Reflectance spectroscopy of insoluble organic matter (IOM) and carbonaceous meteorites

1Hannah H. Kaplan,2Ralph E. Milliken,3Conel M. O’D. Alexander,4Christopher D. K. Herd
Meteoritics & Planetary Science (in Press) Link to Article []
1Department of Space Studies, Southwest Research Institute, Boulder, Colorado, 80302 USA
2Department of Earth, Environmental, and Planetary Sciences, Brown University, , Providence, Rhode Island, 02912 USA
3Department of Terrestrial Magnetism, Carnegie Institution of Washington, , Washington, DC, 20015 USA
4Department of Earth and Atmospheric Sciences, University of Alberta, , Edmonton, AB T6G 2E3 Canada
Published by arrangement with John Wiley & Sons

Insoluble organic matter (IOM) is the major organic component of chondritic meteorites and may be akin to organic materials from comets and interplanetary dust particles (IDPs).
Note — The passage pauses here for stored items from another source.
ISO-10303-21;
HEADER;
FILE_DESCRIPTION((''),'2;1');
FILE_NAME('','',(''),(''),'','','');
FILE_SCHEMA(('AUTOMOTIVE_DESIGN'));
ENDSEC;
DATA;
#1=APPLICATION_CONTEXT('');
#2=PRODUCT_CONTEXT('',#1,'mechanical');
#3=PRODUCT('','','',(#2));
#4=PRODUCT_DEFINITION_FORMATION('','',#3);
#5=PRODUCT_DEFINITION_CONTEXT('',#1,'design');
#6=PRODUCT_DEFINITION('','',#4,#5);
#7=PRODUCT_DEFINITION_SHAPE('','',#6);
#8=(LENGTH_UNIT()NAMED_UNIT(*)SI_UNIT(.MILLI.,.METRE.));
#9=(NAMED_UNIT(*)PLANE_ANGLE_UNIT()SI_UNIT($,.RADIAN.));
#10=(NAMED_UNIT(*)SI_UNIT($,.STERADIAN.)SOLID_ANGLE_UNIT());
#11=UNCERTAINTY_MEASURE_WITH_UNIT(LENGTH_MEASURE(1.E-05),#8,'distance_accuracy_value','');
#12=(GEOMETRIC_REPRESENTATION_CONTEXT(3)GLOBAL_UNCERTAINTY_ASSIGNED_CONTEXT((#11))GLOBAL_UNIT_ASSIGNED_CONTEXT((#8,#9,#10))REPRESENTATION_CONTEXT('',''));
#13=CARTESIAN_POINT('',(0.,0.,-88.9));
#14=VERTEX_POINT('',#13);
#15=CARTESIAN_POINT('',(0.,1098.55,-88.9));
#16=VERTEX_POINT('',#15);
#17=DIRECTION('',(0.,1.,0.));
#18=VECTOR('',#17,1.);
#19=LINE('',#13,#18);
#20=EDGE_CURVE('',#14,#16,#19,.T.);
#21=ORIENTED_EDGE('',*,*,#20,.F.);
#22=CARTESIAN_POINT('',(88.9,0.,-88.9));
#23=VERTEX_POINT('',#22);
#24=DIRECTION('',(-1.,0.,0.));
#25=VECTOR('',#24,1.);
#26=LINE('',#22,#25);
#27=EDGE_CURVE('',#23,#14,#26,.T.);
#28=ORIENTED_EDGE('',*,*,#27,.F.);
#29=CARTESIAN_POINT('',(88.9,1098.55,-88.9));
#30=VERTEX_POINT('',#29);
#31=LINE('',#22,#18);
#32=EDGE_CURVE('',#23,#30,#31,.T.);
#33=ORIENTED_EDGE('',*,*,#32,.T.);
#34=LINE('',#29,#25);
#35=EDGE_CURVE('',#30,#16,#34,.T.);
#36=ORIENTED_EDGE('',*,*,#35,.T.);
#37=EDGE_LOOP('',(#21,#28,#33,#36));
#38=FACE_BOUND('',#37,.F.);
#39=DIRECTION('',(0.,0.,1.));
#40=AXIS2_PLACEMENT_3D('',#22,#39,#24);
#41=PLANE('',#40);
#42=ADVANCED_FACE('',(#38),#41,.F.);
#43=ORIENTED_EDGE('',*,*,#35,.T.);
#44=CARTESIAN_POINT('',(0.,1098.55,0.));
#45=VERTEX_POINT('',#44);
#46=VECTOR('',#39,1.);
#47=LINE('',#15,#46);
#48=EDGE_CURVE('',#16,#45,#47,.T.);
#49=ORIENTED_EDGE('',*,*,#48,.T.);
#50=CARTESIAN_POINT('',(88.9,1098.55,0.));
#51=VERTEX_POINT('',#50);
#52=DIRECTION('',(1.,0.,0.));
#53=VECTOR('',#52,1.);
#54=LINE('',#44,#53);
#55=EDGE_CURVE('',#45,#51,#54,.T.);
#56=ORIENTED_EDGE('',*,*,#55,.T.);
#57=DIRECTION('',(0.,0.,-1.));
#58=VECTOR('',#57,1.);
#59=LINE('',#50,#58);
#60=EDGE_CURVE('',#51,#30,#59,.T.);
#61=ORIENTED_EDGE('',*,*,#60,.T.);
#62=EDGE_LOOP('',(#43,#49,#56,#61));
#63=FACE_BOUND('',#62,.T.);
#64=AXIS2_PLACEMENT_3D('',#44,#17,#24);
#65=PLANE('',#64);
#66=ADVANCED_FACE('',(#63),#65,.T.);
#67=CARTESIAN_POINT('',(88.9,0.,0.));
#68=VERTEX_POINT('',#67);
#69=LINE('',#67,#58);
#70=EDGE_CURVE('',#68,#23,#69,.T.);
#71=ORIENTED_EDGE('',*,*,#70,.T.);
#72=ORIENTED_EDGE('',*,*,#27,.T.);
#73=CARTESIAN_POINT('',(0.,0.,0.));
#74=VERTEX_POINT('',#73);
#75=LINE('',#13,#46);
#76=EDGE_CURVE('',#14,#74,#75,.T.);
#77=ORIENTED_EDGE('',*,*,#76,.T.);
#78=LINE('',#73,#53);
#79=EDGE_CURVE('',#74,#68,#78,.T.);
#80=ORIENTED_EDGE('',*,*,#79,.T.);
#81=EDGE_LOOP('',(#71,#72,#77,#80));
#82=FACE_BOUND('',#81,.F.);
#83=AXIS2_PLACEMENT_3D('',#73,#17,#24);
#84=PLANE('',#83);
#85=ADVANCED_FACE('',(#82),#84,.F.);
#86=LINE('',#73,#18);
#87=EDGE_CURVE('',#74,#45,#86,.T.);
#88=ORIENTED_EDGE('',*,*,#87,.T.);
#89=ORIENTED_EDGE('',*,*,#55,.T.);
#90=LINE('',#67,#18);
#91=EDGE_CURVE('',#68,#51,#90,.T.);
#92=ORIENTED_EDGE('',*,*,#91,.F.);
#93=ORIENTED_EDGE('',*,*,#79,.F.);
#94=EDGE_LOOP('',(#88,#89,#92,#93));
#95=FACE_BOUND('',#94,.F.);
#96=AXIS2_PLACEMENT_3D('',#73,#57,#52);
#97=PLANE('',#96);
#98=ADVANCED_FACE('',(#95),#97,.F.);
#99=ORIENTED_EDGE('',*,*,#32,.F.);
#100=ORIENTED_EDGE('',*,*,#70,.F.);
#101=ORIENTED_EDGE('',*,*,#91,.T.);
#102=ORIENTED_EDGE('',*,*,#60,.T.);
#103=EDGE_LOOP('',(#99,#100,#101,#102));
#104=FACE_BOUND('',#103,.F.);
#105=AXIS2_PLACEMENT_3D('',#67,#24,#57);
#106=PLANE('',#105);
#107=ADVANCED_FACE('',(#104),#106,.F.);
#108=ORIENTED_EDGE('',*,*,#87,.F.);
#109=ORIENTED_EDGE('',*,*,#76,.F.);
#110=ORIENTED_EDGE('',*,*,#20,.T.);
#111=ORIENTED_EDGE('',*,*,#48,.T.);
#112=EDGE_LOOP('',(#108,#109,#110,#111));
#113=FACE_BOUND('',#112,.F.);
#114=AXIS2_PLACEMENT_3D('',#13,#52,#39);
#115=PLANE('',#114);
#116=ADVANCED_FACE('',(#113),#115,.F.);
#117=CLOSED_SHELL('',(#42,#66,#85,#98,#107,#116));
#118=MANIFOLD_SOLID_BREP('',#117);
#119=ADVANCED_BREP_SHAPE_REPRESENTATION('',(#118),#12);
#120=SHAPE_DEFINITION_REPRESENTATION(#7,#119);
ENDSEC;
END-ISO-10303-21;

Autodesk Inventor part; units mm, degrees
ref_plane "YZ Plane" through (0, 0, 0) normal (1, 0, 0) x (0, 1, 0)
ref_plane "XZ Plane" through (0, 0, 0) normal (0, 1, 0) x (-1, 0, 0)
ref_plane "XY Plane" through (0, 0, 0) normal (0, 0, 1) x (1, 0, 0)
sketch "Sketch1" plane through (0, 0, 0) normal (0, 1, 0) x (-1, 0, 0)
  line L0 (0, 0) -> (-88.9, 0)
  line L1 (-88.9, 0) -> (-88.9, -88.9)
  line L2 (-88.9, -88.9) -> (0, -88.9)
  line L3 (0, -88.9) -> (0, 0)
  dimension "d0" = 88.9
extrude "Extrusion1" add sketch "Sketch1" along normal blind 1098.55
properties part number "TimberTech Post" material "Wood (Cherry)"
Reflectance spectra of IOM in the range 0.35–25 μm are presented as a tool for interpreting organic chemistry from remote measurements of asteroids, comets, IDPs, and other planetary bodies. Absorptions in the IOM spectra were strongly related to elemental H/C (atom) ratio. The aliphatic 3.4 μm absorption in IOM spectra increased linearly in strength with increasing H/C for H/C > 0.4, but was absent at lower H/C values. When meteorite spectra from the Reflectance Experiment Laboratory (RELAB) spectral catalog (n = 85) were reanalyzed at 3.4 μm, this detection limit (H/C > 0.4) persisted. Aromatic absorption features seen in IOM spectra were not observed in the meteorite spectra due to overlapping absorptions. However, the 3.4 μm aliphatic absorption strength for the bulk meteorites was correlated with both H/C of the meteorite’s IOM and bulk C (wt%). Gaussian modeling of the 3 μm region provided an additional estimate of bulk C for the meteorites, along with bulk H (wt%), which is related to phyllosilicate abundance. These relationships lay the foundation for determining organic and phyllosilicate abundances from reflectance spectra. Both the full IOM spectra and the spectral parameters discussed here will aid in the interpretation of data from asteroid missions (e.g., OSIRIS‐REx, Hayabusa2), and may be able to place unknown spectral samples within the context of the meteorite collection.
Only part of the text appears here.